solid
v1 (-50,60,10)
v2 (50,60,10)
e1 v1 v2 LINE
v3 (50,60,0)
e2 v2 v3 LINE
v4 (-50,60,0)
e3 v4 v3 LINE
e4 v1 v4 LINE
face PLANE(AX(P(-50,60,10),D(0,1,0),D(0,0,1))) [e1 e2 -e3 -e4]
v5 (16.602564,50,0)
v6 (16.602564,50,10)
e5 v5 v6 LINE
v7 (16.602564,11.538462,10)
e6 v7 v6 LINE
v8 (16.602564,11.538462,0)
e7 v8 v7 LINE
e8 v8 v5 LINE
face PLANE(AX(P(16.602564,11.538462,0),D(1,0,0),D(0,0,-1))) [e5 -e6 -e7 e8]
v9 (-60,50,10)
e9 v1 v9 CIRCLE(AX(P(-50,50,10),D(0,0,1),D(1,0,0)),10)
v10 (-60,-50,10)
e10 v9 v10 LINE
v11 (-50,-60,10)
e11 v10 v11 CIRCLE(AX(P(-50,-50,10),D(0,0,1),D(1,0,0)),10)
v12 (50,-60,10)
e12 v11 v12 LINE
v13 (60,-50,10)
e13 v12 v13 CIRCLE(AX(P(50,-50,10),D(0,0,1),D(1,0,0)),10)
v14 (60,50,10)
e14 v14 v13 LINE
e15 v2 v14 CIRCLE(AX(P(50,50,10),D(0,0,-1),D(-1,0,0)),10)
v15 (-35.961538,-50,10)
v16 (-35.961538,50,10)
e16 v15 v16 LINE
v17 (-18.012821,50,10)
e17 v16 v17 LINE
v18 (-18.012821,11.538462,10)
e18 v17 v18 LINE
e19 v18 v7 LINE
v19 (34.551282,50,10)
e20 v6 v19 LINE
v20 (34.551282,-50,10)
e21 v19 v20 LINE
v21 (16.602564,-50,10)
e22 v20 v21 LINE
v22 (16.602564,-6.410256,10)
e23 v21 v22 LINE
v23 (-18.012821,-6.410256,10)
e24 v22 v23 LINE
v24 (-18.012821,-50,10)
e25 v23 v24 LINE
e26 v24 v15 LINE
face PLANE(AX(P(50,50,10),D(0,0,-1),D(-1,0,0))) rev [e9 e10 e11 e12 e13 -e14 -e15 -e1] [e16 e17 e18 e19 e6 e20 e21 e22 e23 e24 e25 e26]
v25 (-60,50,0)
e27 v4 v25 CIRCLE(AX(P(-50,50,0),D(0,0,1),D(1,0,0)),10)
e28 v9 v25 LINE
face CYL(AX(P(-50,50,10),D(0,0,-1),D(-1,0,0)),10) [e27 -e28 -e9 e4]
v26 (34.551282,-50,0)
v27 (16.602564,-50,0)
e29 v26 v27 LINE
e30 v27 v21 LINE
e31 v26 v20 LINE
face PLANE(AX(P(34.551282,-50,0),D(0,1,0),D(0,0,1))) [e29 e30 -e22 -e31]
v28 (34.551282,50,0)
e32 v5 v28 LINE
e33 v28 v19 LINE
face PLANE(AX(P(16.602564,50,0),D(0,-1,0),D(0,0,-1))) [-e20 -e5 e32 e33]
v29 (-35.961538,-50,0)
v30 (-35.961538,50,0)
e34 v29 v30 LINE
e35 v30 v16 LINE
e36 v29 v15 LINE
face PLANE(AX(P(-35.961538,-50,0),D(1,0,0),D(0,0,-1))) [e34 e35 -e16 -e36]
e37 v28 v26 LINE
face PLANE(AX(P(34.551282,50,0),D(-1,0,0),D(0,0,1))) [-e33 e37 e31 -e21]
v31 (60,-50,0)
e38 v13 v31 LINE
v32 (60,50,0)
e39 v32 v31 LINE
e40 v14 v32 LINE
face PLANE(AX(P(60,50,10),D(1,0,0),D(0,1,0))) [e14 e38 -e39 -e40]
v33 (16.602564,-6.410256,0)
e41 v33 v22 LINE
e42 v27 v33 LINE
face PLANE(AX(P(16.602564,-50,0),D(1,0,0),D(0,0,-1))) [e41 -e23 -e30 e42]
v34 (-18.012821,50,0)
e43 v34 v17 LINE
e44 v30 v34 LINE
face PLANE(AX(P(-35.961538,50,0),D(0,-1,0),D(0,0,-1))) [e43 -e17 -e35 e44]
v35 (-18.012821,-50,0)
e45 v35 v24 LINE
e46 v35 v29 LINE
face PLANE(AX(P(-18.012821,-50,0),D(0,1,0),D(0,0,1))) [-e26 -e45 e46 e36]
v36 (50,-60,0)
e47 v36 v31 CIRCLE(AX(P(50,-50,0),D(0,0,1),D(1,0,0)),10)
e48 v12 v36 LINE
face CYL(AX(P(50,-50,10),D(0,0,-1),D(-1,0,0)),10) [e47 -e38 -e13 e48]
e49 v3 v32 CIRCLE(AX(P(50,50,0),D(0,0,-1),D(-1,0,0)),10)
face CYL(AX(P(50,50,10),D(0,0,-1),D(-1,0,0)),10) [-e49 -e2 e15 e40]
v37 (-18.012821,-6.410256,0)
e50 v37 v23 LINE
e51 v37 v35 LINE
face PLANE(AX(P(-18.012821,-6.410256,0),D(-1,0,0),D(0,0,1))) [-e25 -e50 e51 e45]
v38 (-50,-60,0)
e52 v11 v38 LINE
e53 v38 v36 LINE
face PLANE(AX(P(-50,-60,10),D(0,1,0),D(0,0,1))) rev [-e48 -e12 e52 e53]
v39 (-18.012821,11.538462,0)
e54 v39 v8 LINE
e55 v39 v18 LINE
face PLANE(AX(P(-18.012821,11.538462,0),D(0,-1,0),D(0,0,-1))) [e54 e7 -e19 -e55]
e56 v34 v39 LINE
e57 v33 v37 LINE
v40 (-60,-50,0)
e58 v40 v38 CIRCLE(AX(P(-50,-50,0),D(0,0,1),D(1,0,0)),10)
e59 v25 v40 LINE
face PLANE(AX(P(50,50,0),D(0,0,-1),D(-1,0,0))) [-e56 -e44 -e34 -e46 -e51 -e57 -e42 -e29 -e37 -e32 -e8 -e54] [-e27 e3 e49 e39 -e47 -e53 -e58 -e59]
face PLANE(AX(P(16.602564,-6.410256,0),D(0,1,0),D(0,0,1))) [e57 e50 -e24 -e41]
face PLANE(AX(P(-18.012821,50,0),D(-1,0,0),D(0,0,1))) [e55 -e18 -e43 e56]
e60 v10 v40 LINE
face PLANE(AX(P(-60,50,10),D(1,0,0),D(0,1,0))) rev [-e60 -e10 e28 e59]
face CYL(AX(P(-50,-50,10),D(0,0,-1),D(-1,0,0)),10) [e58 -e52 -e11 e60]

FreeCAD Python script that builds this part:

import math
import FreeCAD as App
import Part
import Sketcher

V = App.Vector
Q = App.Units.Quantity


def add_polygon(sketch, points):
    """Adds a closed chain of lines whose ends are joined by coincident constraints."""
    first, n = sketch.GeometryCount, len(points)
    for a, b in zip(points, points[1:] + points[:1]):
        sketch.addGeometry(Part.LineSegment(App.Vector(*a, 0), App.Vector(*b, 0)), False)
    for i in range(n):
        sketch.addConstraint(Sketcher.Constraint("Coincident", first + i, 2, first + (i + 1) % n, 1))

doc = App.newDocument("Part")
params = doc.addObject("Spreadsheet::Sheet", "Params")
for row, (alias, value) in enumerate([
    ("sketch1_radius", "10 mm"),
    ("sketch1_width", "100 mm"),
    ("pad1_length", "10 mm"),
    ("sketch2_height", "100 mm"),
    ("pocket1_length", "10 mm"),
], start=1):
    params.set(f"A{row}", alias)
    params.set(f"B{row}", "=" + value)
    params.setAlias(f"B{row}", alias)

body = doc.addObject("PartDesign::Body", "Body")

sketch1 = doc.addObject("Sketcher::SketchObject", "Sketch")
body.addObject(sketch1)
sketch1.AttachmentSupport = (doc.XY_Plane, [""])
sketch1.MapMode = "FlatFace"
sketch1.addGeometry(Part.LineSegment(V(50, 60, 0), V(-50, 60, 0)), False)
sketch1.addGeometry(Part.ArcOfCircle(Part.Circle(V(-50, 50, 0), V(0, 0, 1), 10), math.radians(90), math.radians(180)), False)
sketch1.addGeometry(Part.LineSegment(V(-60, 50, 0), V(-60, -50, 0)), False)
sketch1.addGeometry(Part.ArcOfCircle(Part.Circle(V(-50, -50, 0), V(0, 0, 1), 10), math.radians(180), math.radians(270)), False)
sketch1.addGeometry(Part.LineSegment(V(-50, -60, 0), V(50, -60, 0)), False)
sketch1.addGeometry(Part.ArcOfCircle(Part.Circle(V(50, -50, 0), V(0, 0, 1), 10), math.radians(-90), math.radians(0)), False)
sketch1.addGeometry(Part.LineSegment(V(60, -50, 0), V(60, 50, 0)), False)
sketch1.addGeometry(Part.ArcOfCircle(Part.Circle(V(50, 50, 0), V(0, 0, 1), 10), math.radians(0), math.radians(90)), False)
sketch1.addConstraint(Sketcher.Constraint("Tangent", 0, 2, 1, 1))
sketch1.addConstraint(Sketcher.Constraint("Tangent", 1, 2, 2, 1))
sketch1.addConstraint(Sketcher.Constraint("Tangent", 2, 2, 3, 1))
sketch1.addConstraint(Sketcher.Constraint("Tangent", 3, 2, 4, 1))
sketch1.addConstraint(Sketcher.Constraint("Tangent", 4, 2, 5, 1))
sketch1.addConstraint(Sketcher.Constraint("Tangent", 5, 2, 6, 1))
sketch1.addConstraint(Sketcher.Constraint("Tangent", 6, 2, 7, 1))
sketch1.addConstraint(Sketcher.Constraint("Tangent", 7, 2, 0, 1))
sketch1.addConstraint(Sketcher.Constraint("Horizontal", 0))
sketch1.addConstraint(Sketcher.Constraint("Vertical", 2))
sketch1.addConstraint(Sketcher.Constraint("Horizontal", 4))
sketch1.addConstraint(Sketcher.Constraint("Vertical", 6))
sketch1.addConstraint(Sketcher.Constraint("Equal", 1, 3))
sketch1.addConstraint(Sketcher.Constraint("Equal", 3, 5))
sketch1.addConstraint(Sketcher.Constraint("Equal", 5, 7))
sketch1.addConstraint(Sketcher.Constraint("Symmetric", 1, 3, 5, 3, -1, 1))
sketch1.addConstraint(Sketcher.Constraint("Equal", 4, 2))
sketch1.addConstraint(Sketcher.Constraint("Radius", 1, Q("10 mm")))
sketch1.addConstraint(Sketcher.Constraint("DistanceX", 0, 2, 0, 1, Q("100 mm")))
sketch1.setExpression("Constraints[17]", "Params.sketch1_radius")
sketch1.setExpression("Constraints[18]", "Params.sketch1_width")
pad1 = doc.addObject("PartDesign::Pad", "Pad")
body.addObject(pad1)
pad1.Profile = sketch1
pad1.setExpression("Length", "Params.pad1_length")

sketch2 = doc.addObject("Sketcher::SketchObject", "Sketch001")
body.addObject(sketch2)
sketch2.AttachmentSupport = (doc.XY_Plane, [""])
sketch2.MapMode = "FlatFace"
sketch2.AttachmentOffset = App.Placement(V(0, 0, 10), App.Rotation())
add_polygon(sketch2, [(-18, 50), (-36, 50), (-36, -50), (-18, -50), (-18, -6), (17, -6), (17, -50), (35, -50), (35, 50), (17, 50), (17, 12), (-18, 12)])
sketch2.addConstraint(Sketcher.Constraint("Horizontal", 0))
sketch2.addConstraint(Sketcher.Constraint("Vertical", 1))
sketch2.addConstraint(Sketcher.Constraint("Horizontal", 2))
sketch2.addConstraint(Sketcher.Constraint("Vertical", 3))
sketch2.addConstraint(Sketcher.Constraint("Horizontal", 4))
sketch2.addConstraint(Sketcher.Constraint("Vertical", 5))
sketch2.addConstraint(Sketcher.Constraint("Horizontal", 6))
sketch2.addConstraint(Sketcher.Constraint("Vertical", 7))
sketch2.addConstraint(Sketcher.Constraint("Horizontal", 8))
sketch2.addConstraint(Sketcher.Constraint("Vertical", 9))
sketch2.addConstraint(Sketcher.Constraint("Horizontal", 10))
sketch2.addConstraint(Sketcher.Constraint("Vertical", 11))
sketch2.addConstraint(Sketcher.Constraint("Symmetric", 5, 2, 8, 2, -1))
sketch2.addConstraint(Sketcher.Constraint("Symmetric", 2, 2, 11, 2, -1))
sketch2.addConstraint(Sketcher.Constraint("Horizontal", 2, 2, 5, 2))
sketch2.addConstraint(Sketcher.Constraint("Equal", 2, 6))
sketch2.addConstraint(Sketcher.Constraint("DistanceY", 1, 2, 1, 1, Q("100 mm")))
sketch2.addConstraint(Sketcher.Constraint("DistanceY", 9, 2, 9, 1, Q("38.461538 mm")))
sketch2.addConstraint(Sketcher.Constraint("DistanceX", 0, 2, 0, 1, Q("17.948718 mm")))
sketch2.addConstraint(Sketcher.Constraint("DistanceX", 4, 1, 4, 2, Q("34.615385 mm")))
sketch2.addConstraint(Sketcher.Constraint("DistanceY", 3, 1, 3, 2, Q("43.589744 mm")))
sketch2.addConstraint(Sketcher.Constraint("DistanceX", 0, 2, -1, 1, Q("35.961538 mm")))
sketch2.setExpression("Constraints[28]", "Params.sketch2_height")
pocket1 = doc.addObject("PartDesign::Pocket", "Pocket")
body.addObject(pocket1)
pocket1.Profile = sketch2
pocket1.setExpression("Length", "Params.pocket1_length")

doc.recompute()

______

Task details: From the line that has "v5 (16.602564,50,0)" through the line that has "v14 (60,50,10)", copy every line exactly as it appears above, and leave out all others.

Response box:
v5 (16.602564,50,0)
v6 (16.602564,50,10)
e5 v5 v6 LINE
v7 (16.602564,11.538462,10)
e6 v7 v6 LINE
v8 (16.602564,11.538462,0)
e7 v8 v7 LINE
e8 v8 v5 LINE
face PLANE(AX(P(16.602564,11.538462,0),D(1,0,0),D(0,0,-1))) [e5 -e6 -e7 e8]
v9 (-60,50,10)
e9 v1 v9 CIRCLE(AX(P(-50,50,10),D(0,0,1),D(1,0,0)),10)
v10 (-60,-50,10)
e10 v9 v10 LINE
v11 (-50,-60,10)
e11 v10 v11 CIRCLE(AX(P(-50,-50,10),D(0,0,1),D(1,0,0)),10)
v12 (50,-60,10)
e12 v11 v12 LINE
v13 (60,-50,10)
e13 v12 v13 CIRCLE(AX(P(50,-50,10),D(0,0,1),D(1,0,0)),10)
v14 (60,50,10)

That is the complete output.